FAIR: Framing AIs Role in Programming Competitions -- Understanding How LLMs Are Changing the Game in Competitive Programming
Dongyijie Primo Pan, Lan Luo, Ji Zhu, Zhiqi Gao, Xin Tong, Pan Hui
TL;DR
The paper investigates how large language models (LLMs) are reshaping competitive programming by analyzing stakeholder workflows, fairness norms, and governance. It employs 37 in-depth interviews, a global survey of 207 contestants, and Codeforces contestLogs (2022–2025) to triangulate changes in practice and integrity enforcement. A key contribution is a chess-inspired governance framework combining anomaly detection, expert review, and grassroots community oversight to preserve fairness, transparency, and credibility amid AI-enabled misuse. The findings show LLMs accelerate post-contest learning and tooling but create gray zones and incentives for misuse in high-stakes settings, necessitating layered, auditable policies and community participation.

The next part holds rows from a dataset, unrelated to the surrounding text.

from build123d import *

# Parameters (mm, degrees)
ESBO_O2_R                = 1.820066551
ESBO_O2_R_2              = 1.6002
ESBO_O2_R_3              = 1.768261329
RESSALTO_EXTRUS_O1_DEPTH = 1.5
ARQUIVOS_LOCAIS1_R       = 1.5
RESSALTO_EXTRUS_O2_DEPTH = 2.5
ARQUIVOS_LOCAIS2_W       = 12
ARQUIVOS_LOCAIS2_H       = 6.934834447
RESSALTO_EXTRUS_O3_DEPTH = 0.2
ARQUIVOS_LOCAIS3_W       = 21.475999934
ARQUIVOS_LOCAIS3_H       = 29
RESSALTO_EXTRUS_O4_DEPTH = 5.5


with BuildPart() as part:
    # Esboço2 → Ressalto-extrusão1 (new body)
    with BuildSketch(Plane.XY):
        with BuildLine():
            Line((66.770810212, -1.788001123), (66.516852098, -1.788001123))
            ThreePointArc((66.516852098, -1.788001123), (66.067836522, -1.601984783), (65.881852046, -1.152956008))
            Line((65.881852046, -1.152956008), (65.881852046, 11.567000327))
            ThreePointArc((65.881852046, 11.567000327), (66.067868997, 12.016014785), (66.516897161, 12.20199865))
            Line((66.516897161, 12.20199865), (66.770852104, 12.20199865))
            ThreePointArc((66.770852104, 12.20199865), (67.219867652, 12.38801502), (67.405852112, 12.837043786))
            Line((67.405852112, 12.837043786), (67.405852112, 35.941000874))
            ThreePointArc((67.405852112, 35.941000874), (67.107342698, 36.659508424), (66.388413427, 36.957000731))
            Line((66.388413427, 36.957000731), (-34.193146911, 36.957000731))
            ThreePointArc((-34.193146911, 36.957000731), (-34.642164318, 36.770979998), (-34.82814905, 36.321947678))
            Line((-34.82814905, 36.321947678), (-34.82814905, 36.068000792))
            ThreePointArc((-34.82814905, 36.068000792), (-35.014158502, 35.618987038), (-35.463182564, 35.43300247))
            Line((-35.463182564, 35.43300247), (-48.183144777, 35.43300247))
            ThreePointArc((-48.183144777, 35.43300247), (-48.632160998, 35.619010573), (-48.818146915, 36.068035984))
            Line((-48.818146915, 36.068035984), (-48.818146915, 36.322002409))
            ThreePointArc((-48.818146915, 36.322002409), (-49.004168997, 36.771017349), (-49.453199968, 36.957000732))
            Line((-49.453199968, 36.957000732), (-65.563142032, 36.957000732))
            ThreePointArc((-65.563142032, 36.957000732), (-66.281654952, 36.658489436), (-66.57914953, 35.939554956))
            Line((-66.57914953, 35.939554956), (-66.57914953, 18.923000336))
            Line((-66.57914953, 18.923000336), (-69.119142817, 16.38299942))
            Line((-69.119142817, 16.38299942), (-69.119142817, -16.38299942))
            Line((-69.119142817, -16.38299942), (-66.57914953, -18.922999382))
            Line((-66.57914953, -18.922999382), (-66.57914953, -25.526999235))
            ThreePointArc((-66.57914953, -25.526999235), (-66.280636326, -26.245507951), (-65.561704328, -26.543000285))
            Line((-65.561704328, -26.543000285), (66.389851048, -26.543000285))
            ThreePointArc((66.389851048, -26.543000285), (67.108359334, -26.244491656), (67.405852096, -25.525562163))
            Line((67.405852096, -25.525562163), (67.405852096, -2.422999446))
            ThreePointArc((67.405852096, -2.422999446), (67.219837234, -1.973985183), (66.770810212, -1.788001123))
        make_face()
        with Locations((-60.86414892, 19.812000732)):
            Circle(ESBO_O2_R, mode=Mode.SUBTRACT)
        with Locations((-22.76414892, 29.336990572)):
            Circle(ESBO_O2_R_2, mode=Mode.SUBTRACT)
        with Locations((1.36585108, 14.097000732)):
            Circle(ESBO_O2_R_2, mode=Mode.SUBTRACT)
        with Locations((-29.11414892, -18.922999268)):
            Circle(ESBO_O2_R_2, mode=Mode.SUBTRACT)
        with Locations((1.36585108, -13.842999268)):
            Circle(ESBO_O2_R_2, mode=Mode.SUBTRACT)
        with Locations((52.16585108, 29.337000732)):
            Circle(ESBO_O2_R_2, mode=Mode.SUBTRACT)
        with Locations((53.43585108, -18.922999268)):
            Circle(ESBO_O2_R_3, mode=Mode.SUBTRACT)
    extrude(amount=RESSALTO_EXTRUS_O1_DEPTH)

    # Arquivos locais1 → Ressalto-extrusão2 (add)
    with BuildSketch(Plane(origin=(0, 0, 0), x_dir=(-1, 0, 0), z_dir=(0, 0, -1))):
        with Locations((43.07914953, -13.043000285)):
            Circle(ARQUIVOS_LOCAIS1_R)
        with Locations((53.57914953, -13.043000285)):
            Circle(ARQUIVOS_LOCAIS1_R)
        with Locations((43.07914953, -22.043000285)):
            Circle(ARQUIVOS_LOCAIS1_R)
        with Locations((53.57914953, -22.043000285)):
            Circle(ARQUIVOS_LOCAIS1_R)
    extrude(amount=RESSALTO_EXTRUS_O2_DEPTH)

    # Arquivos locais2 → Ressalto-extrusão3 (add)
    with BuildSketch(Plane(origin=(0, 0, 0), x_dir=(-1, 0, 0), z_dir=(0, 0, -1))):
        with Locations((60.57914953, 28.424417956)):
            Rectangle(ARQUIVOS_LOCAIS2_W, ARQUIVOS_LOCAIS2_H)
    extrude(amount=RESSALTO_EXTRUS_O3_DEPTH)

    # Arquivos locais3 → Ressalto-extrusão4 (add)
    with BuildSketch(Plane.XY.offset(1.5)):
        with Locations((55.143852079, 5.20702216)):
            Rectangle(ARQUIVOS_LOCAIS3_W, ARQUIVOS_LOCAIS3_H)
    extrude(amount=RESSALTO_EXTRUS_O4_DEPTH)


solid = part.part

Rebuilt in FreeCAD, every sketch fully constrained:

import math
import FreeCAD as App
import Part
import Sketcher

V = App.Vector

doc = App.newDocument("Part")
body = doc.addObject("PartDesign::Body", "Body")

sketch1 = doc.addObject("Sketcher::SketchObject", "Sketch")
body.addObject(sketch1)
sketch1.AttachmentSupport = (doc.XY_Plane, [""])
sketch1.MapMode = "FlatFace"
sketch1.addGeometry([
    Part.LineSegment(V(66.77, -1.79, 0), V(66.52, -1.79, 0)),
    Part.ArcOfCircle(Part.Circle(V(66.52, -1.15, 0), V(0, 0, 1), 0.64), math.radians(-180), math.radians(-90)),
    Part.LineSegment(V(65.88, -1.15, 0), V(65.88, 11.57, 0)),
    Part.ArcOfCircle(Part.Circle(V(66.52, 11.57, 0), V(0, 0, 1), 0.64), math.radians(90), math.radians(180)),
    Part.LineSegment(V(66.52, 12.2, 0), V(66.77, 12.2, 0)),
    Part.ArcOfCircle(Part.Circle(V(66.77, 12.84, 0), V(0, 0, 1), 0.64), math.radians(-90), math.radians(0)),
    Part.LineSegment(V(67.41, 12.84, 0), V(67.41, 35.94, 0)),
    Part.ArcOfCircle(Part.Circle(V(66.39, 35.94, 0), V(0, 0, 1), 1.02), math.radians(0), math.radians(90)),
    Part.LineSegment(V(66.39, 36.96, 0), V(-34.19, 36.96, 0)),
    Part.ArcOfCircle(Part.Circle(V(-34.19, 36.32, 0), V(0, 0, 1), 0.64), math.radians(90), math.radians(180)),
    Part.LineSegment(V(-34.83, 36.32, 0), V(-34.83, 36.07, 0)),
    Part.ArcOfCircle(Part.Circle(V(-35.46, 36.07, 0), V(0, 0, 1), 0.64), math.radians(-90), math.radians(0)),
    Part.LineSegment(V(-35.46, 35.43, 0), V(-48.18, 35.43, 0)),
    Part.ArcOfCircle(Part.Circle(V(-48.18, 36.07, 0), V(0, 0, 1), 0.64), math.radians(180), math.radians(270)),
    Part.LineSegment(V(-48.82, 36.07, 0), V(-48.82, 36.32, 0)),
    Part.ArcOfCircle(Part.Circle(V(-49.45, 36.32, 0), V(0, 0, 1), 0.64), math.radians(0), math.radians(90)),
    Part.LineSegment(V(-49.45, 36.96, 0), V(-65.56, 36.96, 0)),
    Part.ArcOfCircle(Part.Circle(V(-65.56, 35.94, 0), V(0, 0, 1), 1.02), math.radians(90), math.radians(180)),
    Part.LineSegment(V(-66.58, 35.94, 0), V(-66.58, 18.92, 0)),
    Part.LineSegment(V(-66.58, 18.92, 0), V(-69.12, 16.38, 0)),
    Part.LineSegment(V(-69.12, 16.38, 0), V(-69.12, -16.38, 0)),
    Part.LineSegment(V(-69.12, -16.38, 0), V(-66.58, -18.92, 0)),
    Part.LineSegment(V(-66.58, -18.92, 0), V(-66.58, -25.53, 0)),
    Part.ArcOfCircle(Part.Circle(V(-65.56, -25.53, 0), V(0, 0, 1), 1.02), math.radians(-180), math.radians(-90)),
    Part.LineSegment(V(-65.56, -26.54, 0), V(66.39, -26.54, 0)),
    Part.ArcOfCircle(Part.Circle(V(66.39, -25.53, 0), V(0, 0, 1), 1.02), math.radians(-90), math.radians(0)),
    Part.LineSegment(V(67.41, -25.53, 0), V(67.41, -2.42, 0)),
    Part.ArcOfCircle(Part.Circle(V(66.77, -2.42, 0), V(0, 0, 1), 0.64), math.radians(0), math.radians(90)),
    Part.Circle(V(-29.11, -18.92, 0), V(0, 0, 1), 1.6),
    Part.Circle(V(1.37, -13.84, 0), V(0, 0, 1), 1.6),
    Part.Circle(V(53.44, -18.92, 0), V(0, 0, 1), 1.77),
    Part.Circle(V(-60.86, 19.81, 0), V(0, 0, 1), 1.82),
    Part.Circle(V(-22.76, 29.34, 0), V(0, 0, 1), 1.6),
    Part.Circle(V(1.37, 14.1, 0), V(0, 0, 1), 1.6),
    Part.Circle(V(52.17, 29.34, 0), V(0, 0, 1), 1.6),
], False)
sketch1.addConstraint([
    Sketcher.Constraint("Coincident", 0, 2, 1, 2),
    Sketcher.Constraint("Tangent", 1, 1, 2, 1),
    Sketcher.Constraint("Coincident", 2, 2, 3, 2),
    Sketcher.Constraint("Tangent", 3, 1, 4, 1),
    Sketcher.Constraint("Coincident", 4, 2, 5, 1),
    Sketcher.Constraint("Tangent", 5, 2, 6, 1),
    Sketcher.Constraint("Coincident", 6, 2, 7, 1),
    Sketcher.Constraint("Tangent", 7, 2, 8, 1),
    Sketcher.Constraint("Coincident", 8, 2, 9, 1),
    Sketcher.Constraint("Tangent", 9, 2, 10, 1),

Practically, the work guides platform operators and educators toward balanced rules, disclosure norms, and multi-actor oversight to sustain the educational value of competitive programming in the AI era.
Abstract
This paper investigates how large language models (LLMs) are reshaping competitive programming. The field functions as an intellectual contest within computer science education and is marked by rapid iteration, real-time feedback, transparent solutions, and strict integrity norms. Prior work has evaluated LLMs performance on contest problems, but little is known about how human stakeholders -- contestants, problem setters, coaches, and platform stewards -- are adapting their workflows and contest norms under LLMs-induced shifts. At the same time, rising AI-assisted misuse and inconsistent governance expose urgent gaps in sustaining fairness and credibility. Drawing on 37 interviews spanning all four roles and a global survey of 207 contestants, as well as an API-based crawl of Codeforces contest logs (2022-2025) for quantitative analysis, we contribute: (i) an empirical account of evolving workflows, (ii) an analysis of contested fairness norms, and (iii) a chess-inspired governance approach with actionable measures -- real-time LLMs checks in online contests, peer co-monitoring and reporting, and cross-validation against offline performance -- to curb LLMs-assisted misuse while preserving fairness, transparency, and credibility.